##### Records #####

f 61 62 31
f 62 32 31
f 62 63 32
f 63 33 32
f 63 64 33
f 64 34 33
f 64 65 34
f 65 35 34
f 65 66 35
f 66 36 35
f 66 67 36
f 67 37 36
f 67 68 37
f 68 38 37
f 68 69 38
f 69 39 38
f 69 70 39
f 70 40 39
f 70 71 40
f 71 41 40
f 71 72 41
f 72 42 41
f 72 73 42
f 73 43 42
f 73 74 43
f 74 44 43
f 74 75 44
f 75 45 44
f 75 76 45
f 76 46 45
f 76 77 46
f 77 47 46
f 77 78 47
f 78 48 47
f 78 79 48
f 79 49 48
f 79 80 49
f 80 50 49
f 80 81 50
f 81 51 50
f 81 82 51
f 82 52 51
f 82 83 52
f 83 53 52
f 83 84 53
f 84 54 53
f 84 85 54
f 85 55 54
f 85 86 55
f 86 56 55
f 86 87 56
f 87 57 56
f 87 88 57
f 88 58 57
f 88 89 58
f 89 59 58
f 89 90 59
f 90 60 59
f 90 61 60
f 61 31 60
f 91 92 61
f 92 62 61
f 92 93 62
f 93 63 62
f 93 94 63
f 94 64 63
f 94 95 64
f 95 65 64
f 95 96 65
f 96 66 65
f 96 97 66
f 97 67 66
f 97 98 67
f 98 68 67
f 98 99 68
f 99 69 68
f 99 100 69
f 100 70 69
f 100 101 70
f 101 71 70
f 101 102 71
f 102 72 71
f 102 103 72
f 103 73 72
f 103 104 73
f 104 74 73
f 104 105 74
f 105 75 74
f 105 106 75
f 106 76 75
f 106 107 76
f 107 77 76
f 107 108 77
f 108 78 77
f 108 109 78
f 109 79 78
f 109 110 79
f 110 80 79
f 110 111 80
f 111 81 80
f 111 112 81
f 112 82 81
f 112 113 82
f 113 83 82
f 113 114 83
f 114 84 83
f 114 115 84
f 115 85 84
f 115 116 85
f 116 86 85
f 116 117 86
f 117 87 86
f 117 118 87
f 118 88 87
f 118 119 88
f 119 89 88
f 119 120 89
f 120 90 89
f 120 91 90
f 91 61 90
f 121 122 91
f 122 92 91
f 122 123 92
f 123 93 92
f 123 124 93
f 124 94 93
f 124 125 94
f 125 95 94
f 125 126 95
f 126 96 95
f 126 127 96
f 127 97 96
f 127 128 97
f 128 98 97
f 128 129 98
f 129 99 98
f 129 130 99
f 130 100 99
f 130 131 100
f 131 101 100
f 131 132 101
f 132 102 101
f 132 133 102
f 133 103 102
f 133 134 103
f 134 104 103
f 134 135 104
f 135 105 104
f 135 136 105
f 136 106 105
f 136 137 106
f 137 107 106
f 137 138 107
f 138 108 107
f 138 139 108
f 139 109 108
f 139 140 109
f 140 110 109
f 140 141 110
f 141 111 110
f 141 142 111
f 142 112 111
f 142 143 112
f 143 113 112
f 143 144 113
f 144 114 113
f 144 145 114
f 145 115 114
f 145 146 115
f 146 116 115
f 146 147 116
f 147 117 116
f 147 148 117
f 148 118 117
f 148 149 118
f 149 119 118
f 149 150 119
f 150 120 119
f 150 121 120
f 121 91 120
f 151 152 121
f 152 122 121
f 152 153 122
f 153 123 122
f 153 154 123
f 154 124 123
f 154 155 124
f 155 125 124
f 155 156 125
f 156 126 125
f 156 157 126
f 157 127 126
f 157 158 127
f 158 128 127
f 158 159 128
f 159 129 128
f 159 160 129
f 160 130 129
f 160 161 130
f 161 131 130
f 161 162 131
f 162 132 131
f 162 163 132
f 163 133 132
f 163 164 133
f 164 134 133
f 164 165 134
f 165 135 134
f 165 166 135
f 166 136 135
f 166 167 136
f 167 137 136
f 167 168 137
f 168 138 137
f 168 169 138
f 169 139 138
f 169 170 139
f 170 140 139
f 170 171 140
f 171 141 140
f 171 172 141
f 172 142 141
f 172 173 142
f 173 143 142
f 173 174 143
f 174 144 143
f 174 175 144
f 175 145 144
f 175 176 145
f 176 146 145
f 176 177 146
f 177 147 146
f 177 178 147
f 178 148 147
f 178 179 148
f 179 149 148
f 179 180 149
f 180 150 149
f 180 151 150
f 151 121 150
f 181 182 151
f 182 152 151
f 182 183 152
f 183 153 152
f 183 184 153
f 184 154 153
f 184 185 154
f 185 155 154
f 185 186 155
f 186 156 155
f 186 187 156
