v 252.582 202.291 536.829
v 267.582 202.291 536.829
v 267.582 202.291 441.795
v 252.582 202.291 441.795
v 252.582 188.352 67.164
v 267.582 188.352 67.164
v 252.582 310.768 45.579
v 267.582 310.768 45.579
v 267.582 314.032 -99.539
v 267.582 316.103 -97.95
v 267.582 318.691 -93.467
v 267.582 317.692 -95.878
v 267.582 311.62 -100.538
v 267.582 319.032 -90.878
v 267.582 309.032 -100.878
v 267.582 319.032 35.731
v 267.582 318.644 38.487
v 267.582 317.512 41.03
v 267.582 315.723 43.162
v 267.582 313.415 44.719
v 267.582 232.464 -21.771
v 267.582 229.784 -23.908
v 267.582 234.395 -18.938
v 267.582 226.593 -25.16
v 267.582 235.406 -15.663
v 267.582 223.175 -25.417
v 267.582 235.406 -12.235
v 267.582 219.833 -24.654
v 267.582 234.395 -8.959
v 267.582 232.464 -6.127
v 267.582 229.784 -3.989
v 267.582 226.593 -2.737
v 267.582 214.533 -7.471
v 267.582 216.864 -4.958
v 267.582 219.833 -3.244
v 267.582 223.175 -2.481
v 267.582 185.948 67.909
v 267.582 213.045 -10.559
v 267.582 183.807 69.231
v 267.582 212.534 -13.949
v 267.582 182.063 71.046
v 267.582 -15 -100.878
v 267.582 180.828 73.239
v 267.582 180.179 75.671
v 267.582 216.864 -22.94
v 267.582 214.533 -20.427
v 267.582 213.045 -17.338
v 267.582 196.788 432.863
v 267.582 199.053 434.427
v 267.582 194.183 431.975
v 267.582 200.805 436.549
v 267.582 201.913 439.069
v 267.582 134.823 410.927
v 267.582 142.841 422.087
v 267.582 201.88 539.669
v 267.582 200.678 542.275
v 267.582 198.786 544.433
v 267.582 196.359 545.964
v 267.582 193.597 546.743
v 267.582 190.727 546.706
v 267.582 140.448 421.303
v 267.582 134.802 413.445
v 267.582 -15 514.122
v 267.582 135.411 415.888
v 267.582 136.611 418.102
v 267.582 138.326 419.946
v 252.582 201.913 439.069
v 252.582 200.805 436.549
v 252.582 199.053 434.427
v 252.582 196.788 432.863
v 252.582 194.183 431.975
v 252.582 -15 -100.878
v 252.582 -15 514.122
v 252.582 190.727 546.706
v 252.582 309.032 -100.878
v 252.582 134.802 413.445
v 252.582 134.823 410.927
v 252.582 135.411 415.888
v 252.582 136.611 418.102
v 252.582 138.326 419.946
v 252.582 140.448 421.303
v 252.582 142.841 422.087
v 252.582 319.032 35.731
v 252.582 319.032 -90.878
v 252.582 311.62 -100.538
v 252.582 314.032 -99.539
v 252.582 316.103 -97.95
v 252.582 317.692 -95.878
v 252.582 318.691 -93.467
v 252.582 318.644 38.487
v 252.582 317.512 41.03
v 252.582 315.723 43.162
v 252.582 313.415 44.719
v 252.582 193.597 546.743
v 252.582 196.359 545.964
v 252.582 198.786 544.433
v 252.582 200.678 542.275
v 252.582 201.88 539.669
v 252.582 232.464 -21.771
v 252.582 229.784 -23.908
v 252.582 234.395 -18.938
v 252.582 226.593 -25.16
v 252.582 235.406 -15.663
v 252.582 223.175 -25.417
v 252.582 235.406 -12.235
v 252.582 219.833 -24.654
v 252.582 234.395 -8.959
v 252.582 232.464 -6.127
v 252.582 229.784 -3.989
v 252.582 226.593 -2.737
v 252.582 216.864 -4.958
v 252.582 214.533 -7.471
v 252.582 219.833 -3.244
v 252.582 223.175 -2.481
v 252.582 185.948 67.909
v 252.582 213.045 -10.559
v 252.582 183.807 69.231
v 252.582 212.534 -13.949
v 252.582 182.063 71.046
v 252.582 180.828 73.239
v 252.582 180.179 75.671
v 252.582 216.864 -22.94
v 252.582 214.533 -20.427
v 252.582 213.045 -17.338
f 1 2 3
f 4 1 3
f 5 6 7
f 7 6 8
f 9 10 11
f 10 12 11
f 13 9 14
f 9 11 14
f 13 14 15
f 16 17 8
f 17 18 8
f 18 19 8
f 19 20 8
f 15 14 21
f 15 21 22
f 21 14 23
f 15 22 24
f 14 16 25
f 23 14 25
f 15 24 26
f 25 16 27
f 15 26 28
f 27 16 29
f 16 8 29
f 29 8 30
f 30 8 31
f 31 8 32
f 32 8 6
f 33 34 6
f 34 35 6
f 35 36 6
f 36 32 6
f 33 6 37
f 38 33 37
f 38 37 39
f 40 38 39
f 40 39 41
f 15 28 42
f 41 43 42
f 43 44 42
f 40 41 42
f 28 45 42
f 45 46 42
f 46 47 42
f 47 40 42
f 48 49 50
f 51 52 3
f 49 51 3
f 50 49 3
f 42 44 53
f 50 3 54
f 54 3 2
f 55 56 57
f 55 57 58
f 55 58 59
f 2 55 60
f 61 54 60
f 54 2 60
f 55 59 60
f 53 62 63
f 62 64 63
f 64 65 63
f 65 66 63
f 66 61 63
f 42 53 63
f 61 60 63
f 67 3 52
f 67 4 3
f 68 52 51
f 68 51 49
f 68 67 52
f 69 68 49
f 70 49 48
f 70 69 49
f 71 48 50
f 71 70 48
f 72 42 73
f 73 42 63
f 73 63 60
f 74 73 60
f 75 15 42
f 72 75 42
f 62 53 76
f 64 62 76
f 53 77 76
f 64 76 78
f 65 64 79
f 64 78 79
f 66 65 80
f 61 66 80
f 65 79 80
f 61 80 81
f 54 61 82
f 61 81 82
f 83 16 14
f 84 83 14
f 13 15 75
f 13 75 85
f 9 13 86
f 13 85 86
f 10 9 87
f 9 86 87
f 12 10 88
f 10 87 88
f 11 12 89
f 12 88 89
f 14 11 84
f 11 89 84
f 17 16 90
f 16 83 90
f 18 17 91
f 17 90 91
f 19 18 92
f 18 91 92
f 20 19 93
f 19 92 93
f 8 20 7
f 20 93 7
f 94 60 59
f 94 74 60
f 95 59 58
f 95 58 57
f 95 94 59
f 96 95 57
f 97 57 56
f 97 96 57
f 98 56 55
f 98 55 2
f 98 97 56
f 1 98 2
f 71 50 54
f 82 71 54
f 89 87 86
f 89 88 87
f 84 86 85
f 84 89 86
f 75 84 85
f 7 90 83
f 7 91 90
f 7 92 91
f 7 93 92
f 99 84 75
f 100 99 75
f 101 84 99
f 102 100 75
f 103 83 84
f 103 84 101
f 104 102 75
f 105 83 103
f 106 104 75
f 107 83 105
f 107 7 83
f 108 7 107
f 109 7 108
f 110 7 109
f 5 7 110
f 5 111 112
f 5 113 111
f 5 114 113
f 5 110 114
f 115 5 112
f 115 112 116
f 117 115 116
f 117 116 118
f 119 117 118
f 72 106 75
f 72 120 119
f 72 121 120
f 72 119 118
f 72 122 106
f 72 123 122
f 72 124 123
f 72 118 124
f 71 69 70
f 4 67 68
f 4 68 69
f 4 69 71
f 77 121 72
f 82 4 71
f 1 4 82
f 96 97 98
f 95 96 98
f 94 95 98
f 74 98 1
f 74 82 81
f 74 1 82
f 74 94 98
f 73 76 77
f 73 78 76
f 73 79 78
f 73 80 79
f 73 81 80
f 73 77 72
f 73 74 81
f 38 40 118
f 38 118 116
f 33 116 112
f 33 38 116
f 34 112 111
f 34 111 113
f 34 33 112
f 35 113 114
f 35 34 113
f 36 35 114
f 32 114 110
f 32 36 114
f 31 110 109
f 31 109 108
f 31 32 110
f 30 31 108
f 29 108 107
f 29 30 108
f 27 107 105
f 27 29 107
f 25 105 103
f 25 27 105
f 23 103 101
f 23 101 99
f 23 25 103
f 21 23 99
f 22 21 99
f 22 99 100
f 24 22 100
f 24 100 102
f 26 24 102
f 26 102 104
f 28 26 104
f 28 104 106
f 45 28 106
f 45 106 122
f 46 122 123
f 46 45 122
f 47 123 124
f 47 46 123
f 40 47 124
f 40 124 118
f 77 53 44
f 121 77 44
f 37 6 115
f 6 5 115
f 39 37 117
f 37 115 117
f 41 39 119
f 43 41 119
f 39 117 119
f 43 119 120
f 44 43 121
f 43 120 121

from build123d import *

# Parameters (mm, degrees)
F0_R     = 11.5
F1_DEPTH = 15
F2_ANGLE = 90
F3_R     = 10


with BuildPart() as f1:
    # F0 (on Front) → F1 (new body)
    with BuildSketch(Plane.XZ):
        Polygon((-81.4494020062, -100.8784402028), (252.5822216817, -100.8784402028), (252.5822216817, 514.1215597972), (35.2907867508, 548.5371421061), (35.2907867508, 433.5371421061), (104.0274621586, 420.2982050686), (56.4236834155, 68.4323046706), (-81.4494020062, 44.1215597972), align=None)
        with Locations((13.5479746163, -13.94874061)):
            Circle(F0_R, mode=Mode.SUBTRACT)
    extrude(amount=F1_DEPTH)


with BuildPart() as f1_1:
    # F2: moved
    add(f1.part.rotate(Axis((252.5822216817, -15, 206.6215597972), (0, 0, -1)), F2_ANGLE))

    # F3
    f3_edges = [f1_1.edges().sort_by_distance(p)[0] for p in [
        (260.082222, 202.291435, 548.537142),
        (260.082222, 202.291435, 433.537142),
        (260.082222, 133.55476, 420.298205),
        (260.082222, 181.158538, 68.432305),
        (260.082222, 319.031624, 44.12156),
        (260.082222, 319.031624, -100.87844),
    ]]
    fillet(f3_edges, radius=F3_R)


solid = f1_1.part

#####

» **Directions**
Reproduce exactly the lines above from the line with "f 24 100 102" to the line with "f 43 120 121", including both, and add nothing.

» **Your solution**
f 24 100 102
f 26 24 102
f 26 102 104
f 28 26 104
f 28 104 106
f 45 28 106
f 45 106 122
f 46 122 123
f 46 45 122
f 47 123 124
f 47 46 123
f 40 47 124
f 40 124 118
f 77 53 44
f 121 77 44
f 37 6 115
f 6 5 115
f 39 37 117
f 37 115 117
f 41 39 119
f 43 41 119
f 39 117 119
f 43 119 120
f 44 43 121
f 43 120 121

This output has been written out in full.